# The best Font Viewer / Font Browser



## NightLord (Sep 29, 2004)

Hey everybody,

I'm posting this in Digital Photography & Imaging because I use my font browser mostly for Photoshopping, maybe I'm better off in another forum but I'd like to hear your opinions first.
OK here's the deal: many programs floating around (free or not) that allow you to view and thus get an impression of the various font files you have on your system.
However, I have been unable to find a good one and trust me I've been googling and asking around like you wouldn't believe 

In my point of view, for people who are active in graphics and digital imaging a decent font browser is an absolute must is it not?
I've tried many, many programs to do this but found them all lacking at least some things that I wanted them to do... 

A checklist is in order:

1. It should allow you to browse other directories than just the WIN/FONTS/, obviously you haven't got all your fonts installed.

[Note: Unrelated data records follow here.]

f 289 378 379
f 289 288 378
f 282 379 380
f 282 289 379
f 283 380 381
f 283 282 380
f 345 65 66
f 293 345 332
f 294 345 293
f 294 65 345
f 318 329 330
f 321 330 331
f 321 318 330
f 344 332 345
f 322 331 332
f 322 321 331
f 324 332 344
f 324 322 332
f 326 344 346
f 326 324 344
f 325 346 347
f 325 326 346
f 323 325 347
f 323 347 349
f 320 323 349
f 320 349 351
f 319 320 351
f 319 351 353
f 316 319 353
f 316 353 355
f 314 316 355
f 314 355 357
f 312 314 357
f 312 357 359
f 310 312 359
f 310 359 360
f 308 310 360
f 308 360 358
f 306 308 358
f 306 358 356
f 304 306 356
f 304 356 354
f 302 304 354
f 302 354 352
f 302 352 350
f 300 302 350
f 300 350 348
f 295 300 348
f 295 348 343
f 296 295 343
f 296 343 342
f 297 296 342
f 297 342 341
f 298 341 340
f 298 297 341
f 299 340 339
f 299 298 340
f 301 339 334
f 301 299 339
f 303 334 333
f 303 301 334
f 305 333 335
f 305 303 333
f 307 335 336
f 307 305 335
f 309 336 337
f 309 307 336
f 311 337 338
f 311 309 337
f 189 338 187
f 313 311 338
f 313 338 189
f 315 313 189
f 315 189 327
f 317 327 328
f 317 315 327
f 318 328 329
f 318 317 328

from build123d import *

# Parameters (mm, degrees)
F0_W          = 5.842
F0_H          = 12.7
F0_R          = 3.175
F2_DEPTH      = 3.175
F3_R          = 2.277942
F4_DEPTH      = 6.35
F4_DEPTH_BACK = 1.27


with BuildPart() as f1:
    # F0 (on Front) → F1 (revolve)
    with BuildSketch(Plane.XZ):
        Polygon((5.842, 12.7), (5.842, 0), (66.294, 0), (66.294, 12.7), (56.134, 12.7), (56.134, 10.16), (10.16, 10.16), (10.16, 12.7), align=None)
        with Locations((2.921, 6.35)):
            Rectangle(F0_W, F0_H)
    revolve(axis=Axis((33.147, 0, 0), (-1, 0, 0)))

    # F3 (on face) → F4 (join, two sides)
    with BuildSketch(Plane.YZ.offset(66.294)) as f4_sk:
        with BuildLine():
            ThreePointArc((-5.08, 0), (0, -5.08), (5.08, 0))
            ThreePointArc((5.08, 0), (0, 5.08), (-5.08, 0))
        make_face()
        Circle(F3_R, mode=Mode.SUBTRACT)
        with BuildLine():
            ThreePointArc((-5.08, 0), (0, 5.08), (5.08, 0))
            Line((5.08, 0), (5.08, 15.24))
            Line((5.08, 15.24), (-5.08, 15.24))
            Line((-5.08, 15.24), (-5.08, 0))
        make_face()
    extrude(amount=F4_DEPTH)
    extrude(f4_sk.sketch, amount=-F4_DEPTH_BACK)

2. It should be able to view all font types, like TTF, TYPE1 (!!!), OTF and so on.

3. It must be able to show the WHOLE character map, including ALL special characters that are in the font file.

4. It is oh so handy to find the corresponding ALT+nnnn code and hexadecimal code for any character in that map. It should also have a copy option.

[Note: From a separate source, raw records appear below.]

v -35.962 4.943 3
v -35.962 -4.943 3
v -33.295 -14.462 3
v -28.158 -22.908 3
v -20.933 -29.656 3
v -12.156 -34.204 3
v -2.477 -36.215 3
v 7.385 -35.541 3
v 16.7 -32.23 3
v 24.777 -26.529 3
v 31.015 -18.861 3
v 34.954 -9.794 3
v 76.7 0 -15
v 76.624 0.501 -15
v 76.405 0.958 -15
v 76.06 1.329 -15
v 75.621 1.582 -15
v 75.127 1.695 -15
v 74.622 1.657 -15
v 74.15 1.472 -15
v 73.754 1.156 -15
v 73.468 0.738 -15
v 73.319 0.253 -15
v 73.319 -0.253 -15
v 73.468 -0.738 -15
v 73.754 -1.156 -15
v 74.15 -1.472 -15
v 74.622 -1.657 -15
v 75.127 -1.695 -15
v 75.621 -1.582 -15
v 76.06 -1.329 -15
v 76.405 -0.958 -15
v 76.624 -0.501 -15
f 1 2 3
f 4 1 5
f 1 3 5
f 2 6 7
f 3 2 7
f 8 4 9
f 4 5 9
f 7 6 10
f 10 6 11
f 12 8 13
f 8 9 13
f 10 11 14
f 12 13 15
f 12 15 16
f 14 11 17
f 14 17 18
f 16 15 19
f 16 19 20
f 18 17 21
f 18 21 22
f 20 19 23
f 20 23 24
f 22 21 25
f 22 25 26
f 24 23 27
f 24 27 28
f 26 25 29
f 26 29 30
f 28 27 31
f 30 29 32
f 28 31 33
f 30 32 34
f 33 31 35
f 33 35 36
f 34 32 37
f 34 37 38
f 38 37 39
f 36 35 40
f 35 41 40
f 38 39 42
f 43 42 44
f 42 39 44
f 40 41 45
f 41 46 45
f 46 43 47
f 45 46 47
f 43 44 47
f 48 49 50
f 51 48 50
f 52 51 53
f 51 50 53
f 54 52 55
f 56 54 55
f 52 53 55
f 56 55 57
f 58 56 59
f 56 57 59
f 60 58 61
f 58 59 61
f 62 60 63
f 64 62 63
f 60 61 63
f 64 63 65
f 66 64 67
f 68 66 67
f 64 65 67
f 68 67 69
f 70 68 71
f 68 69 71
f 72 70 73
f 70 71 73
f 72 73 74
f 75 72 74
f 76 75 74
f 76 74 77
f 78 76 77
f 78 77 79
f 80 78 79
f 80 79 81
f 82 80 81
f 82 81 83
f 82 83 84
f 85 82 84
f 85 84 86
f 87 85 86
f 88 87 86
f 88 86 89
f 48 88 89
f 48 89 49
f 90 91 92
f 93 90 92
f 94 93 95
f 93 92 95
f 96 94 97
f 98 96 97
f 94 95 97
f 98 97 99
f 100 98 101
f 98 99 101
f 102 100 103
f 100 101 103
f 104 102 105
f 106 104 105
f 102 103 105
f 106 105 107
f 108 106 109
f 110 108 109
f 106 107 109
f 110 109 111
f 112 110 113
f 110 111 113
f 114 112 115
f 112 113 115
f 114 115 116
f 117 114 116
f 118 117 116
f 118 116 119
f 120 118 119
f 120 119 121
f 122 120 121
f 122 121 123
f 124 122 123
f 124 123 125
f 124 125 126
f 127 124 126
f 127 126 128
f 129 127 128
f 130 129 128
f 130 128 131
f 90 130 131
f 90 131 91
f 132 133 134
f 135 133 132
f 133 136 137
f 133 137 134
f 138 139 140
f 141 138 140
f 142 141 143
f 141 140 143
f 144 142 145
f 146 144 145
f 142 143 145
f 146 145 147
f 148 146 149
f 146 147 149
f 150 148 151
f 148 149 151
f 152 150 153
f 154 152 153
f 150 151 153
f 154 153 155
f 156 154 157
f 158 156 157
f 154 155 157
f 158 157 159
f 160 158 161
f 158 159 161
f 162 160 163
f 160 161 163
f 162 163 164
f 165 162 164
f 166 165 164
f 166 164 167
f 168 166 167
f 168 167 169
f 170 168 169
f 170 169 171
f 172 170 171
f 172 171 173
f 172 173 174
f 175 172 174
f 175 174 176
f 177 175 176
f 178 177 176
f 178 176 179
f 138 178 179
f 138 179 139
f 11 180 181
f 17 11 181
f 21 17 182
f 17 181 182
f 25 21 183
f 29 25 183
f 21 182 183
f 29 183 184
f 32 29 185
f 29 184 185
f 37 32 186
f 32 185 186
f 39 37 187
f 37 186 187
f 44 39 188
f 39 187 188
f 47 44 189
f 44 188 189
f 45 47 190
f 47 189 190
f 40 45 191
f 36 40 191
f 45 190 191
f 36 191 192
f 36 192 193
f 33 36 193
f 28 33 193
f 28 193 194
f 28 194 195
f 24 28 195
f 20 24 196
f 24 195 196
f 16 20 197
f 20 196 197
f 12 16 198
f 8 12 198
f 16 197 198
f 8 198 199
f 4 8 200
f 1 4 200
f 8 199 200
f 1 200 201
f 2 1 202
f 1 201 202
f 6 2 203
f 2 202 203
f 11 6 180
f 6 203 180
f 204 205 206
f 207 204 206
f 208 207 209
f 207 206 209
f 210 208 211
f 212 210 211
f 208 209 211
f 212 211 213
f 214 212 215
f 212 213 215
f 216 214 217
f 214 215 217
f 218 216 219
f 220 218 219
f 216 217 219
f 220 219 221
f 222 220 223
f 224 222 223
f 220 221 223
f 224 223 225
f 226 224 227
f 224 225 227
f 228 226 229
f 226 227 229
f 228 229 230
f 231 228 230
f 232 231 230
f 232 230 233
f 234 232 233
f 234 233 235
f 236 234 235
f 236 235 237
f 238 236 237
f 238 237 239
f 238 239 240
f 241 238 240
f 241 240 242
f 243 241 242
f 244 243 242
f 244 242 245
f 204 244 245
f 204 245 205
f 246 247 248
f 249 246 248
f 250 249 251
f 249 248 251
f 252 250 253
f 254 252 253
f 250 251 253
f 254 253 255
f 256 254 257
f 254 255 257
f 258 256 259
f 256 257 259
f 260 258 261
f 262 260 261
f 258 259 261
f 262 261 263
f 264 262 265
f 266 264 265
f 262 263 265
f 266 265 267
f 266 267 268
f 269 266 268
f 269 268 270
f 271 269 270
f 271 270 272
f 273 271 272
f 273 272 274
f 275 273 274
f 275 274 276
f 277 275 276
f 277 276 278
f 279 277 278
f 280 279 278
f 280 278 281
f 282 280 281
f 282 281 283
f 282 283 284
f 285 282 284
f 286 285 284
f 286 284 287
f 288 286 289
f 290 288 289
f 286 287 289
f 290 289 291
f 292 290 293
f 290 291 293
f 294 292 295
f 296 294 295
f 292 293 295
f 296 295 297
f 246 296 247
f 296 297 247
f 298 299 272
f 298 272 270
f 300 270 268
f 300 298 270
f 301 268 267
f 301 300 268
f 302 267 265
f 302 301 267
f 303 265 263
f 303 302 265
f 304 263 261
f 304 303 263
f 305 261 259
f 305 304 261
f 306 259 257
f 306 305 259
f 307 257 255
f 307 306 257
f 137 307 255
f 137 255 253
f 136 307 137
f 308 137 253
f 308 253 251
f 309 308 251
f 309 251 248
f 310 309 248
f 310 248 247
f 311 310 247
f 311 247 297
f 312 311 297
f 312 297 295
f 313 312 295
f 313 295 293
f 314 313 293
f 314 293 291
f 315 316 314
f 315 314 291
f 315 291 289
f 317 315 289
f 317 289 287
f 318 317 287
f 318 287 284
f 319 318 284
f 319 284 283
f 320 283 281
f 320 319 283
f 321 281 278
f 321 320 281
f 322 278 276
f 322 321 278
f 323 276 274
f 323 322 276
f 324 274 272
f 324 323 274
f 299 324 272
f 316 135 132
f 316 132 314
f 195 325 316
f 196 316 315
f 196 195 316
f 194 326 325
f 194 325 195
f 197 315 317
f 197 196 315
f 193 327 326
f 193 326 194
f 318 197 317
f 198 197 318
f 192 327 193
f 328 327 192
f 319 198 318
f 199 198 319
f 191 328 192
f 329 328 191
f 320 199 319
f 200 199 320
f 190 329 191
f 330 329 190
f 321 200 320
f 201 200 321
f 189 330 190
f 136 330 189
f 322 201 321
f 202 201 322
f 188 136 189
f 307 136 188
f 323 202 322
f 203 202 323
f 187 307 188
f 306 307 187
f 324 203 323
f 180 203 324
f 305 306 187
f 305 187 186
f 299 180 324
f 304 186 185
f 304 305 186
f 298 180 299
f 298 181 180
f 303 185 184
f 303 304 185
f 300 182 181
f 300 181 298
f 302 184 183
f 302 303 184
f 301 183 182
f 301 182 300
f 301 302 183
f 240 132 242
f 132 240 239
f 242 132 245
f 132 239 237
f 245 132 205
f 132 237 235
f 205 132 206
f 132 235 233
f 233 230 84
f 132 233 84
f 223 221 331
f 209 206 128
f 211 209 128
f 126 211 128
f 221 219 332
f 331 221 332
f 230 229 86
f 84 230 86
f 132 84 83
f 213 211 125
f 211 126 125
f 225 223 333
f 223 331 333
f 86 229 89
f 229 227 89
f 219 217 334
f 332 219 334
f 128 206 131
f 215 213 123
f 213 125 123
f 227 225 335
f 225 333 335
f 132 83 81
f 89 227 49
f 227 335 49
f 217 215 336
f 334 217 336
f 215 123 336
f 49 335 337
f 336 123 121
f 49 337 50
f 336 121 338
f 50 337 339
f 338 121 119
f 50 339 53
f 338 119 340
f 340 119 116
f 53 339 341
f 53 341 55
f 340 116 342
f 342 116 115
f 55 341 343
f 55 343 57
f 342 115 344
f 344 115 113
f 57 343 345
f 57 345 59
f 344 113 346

I'd like to hear if you have had any good experiences with a particular program that I could try.
As a matter of fact, all input is more than welcome 

Cheers,

/NL


----------



## CouchMaster (May 26, 2003)

'The Font Thing' - free at download.com


----------



## NightLord (Sep 29, 2004)

That one is only for TTF fonts... Many people, like myself, use OTF and TYPE1 fonts these days. Those are not supported by The Font Thing v0.8 (however, the version indicates that somebody's still working on it?)
Thanks for the reply anyway 

Cheers

/NL


----------



## sekirt (Mar 28, 2003)

We're bound to duplicate your efforts without a list of what you already rejected.

How about this one?


> can handle now PostScript OpenType (*.otf) fonts
> Show the list of installed fonts.
> Show the list of not installed fonts in a folder.
> Delete installed fonts.
> ...


AMP Font Viewer 3.61
http://www.ampsoft.net/utilities/FontViewer.php

sekirt


----------



## hubcap (Jul 24, 2005)

I think Irfanview will read several font types. It's also a very cool picture viewer/convertor. www.irfanview.com


----------



## Elvandil (Aug 1, 2003)

FontPage does most of what you ask (though by launching the Character Map for the font for copying, etc.).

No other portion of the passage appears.